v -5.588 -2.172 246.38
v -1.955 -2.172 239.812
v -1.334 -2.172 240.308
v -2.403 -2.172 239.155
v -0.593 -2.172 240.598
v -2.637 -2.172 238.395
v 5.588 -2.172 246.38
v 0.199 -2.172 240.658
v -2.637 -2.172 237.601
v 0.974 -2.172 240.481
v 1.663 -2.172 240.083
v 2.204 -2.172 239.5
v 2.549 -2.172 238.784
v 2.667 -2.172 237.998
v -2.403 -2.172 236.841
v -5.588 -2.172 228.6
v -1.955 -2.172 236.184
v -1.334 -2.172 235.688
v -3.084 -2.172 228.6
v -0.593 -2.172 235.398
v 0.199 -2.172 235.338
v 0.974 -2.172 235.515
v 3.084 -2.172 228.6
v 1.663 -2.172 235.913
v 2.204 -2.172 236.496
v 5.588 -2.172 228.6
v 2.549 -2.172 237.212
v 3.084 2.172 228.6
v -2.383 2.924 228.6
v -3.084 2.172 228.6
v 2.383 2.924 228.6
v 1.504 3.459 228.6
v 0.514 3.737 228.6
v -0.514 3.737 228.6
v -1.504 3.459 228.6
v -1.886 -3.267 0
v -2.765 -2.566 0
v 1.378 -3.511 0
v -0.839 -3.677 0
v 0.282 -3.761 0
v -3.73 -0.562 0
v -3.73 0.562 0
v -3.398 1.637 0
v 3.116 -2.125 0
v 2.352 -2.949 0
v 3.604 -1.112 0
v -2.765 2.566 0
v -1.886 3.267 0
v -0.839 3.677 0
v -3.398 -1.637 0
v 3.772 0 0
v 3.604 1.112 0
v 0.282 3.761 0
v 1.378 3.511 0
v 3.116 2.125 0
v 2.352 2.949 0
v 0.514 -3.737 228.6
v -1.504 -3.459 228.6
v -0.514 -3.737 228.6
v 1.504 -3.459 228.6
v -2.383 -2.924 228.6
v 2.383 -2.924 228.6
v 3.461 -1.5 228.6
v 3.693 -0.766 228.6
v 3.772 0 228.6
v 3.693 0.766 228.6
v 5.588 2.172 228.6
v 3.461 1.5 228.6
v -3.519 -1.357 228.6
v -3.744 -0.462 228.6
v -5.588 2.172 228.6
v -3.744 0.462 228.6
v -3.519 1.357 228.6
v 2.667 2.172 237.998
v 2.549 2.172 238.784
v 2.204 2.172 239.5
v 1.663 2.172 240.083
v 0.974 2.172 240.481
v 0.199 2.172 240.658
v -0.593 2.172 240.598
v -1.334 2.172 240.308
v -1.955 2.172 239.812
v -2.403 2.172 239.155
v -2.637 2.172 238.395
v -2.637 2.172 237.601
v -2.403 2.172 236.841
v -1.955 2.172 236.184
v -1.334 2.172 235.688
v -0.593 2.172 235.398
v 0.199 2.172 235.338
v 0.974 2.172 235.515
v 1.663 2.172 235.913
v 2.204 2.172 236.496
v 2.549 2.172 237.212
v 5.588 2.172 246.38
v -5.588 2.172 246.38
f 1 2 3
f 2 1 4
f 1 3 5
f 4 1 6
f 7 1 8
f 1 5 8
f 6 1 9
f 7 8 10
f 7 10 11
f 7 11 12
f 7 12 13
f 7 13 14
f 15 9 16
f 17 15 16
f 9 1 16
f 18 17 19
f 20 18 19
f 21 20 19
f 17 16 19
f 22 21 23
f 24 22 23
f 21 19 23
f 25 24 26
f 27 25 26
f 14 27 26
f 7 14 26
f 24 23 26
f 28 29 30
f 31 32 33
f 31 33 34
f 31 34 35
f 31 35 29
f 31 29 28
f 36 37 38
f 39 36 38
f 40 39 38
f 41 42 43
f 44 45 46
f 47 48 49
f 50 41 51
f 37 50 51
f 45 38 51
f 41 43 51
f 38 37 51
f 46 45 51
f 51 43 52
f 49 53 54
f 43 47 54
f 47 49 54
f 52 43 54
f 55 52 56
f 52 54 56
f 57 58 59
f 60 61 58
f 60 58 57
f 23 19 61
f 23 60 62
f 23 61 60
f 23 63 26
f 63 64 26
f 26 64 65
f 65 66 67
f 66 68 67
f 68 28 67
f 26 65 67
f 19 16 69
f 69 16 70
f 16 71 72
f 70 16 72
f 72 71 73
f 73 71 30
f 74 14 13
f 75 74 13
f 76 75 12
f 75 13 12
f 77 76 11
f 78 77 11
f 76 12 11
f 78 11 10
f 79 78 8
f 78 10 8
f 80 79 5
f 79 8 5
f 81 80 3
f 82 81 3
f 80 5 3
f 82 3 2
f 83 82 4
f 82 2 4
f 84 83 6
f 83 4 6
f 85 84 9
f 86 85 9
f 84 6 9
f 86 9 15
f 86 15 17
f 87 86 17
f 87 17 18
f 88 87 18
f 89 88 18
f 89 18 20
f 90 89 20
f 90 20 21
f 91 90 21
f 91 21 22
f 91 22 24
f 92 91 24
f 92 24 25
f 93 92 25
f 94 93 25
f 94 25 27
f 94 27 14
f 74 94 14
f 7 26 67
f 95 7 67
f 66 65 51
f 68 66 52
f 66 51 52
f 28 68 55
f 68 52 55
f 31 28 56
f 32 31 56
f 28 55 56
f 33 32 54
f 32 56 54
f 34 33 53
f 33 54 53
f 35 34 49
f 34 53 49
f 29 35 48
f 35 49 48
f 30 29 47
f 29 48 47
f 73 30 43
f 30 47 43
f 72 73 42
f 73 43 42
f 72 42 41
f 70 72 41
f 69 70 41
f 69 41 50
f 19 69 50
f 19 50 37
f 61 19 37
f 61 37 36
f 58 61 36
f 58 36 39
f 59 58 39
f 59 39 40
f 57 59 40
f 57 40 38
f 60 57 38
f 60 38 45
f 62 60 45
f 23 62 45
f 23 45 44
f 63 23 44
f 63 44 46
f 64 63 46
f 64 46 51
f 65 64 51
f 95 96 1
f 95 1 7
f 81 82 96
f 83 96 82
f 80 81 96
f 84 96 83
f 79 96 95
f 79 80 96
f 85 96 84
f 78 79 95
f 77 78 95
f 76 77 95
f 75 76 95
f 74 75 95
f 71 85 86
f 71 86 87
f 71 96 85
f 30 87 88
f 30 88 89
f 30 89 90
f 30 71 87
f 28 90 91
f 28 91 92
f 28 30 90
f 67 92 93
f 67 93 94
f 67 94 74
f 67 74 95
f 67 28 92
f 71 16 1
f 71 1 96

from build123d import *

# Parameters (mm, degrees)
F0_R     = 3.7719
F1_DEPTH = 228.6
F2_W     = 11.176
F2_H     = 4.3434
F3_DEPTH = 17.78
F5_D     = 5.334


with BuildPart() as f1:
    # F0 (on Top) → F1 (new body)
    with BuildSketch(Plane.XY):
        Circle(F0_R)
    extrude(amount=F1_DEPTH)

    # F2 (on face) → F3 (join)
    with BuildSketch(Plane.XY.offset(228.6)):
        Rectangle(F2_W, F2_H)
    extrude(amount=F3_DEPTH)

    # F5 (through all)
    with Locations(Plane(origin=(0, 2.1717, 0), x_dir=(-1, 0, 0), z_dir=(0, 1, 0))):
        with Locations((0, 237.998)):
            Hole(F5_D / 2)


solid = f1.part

----------

Reproduce word for word only the first line of the listing above and each line after it through the line with "v 2.352 -2.949 0".

Exercise result:
v -5.588 -2.172 246.38
v -1.955 -2.172 239.812
v -1.334 -2.172 240.308
v -2.403 -2.172 239.155
v -0.593 -2.172 240.598
v -2.637 -2.172 238.395
v 5.588 -2.172 246.38
v 0.199 -2.172 240.658
v -2.637 -2.172 237.601
v 0.974 -2.172 240.481
v 1.663 -2.172 240.083
v 2.204 -2.172 239.5
v 2.549 -2.172 238.784
v 2.667 -2.172 237.998
v -2.403 -2.172 236.841
v -5.588 -2.172 228.6
v -1.955 -2.172 236.184
v -1.334 -2.172 235.688
v -3.084 -2.172 228.6
v -0.593 -2.172 235.398
v 0.199 -2.172 235.338
v 0.974 -2.172 235.515
v 3.084 -2.172 228.6
v 1.663 -2.172 235.913
v 2.204 -2.172 236.496
v 5.588 -2.172 228.6
v 2.549 -2.172 237.212
v 3.084 2.172 228.6
v -2.383 2.924 228.6
v -3.084 2.172 228.6
v 2.383 2.924 228.6
v 1.504 3.459 228.6
v 0.514 3.737 228.6
v -0.514 3.737 228.6
v -1.504 3.459 228.6
v -1.886 -3.267 0
v -2.765 -2.566 0
v 1.378 -3.511 0
v -0.839 -3.677 0
v 0.282 -3.761 0
v -3.73 -0.562 0
v -3.73 0.562 0
v -3.398 1.637 0
v 3.116 -2.125 0
v 2.352 -2.949 0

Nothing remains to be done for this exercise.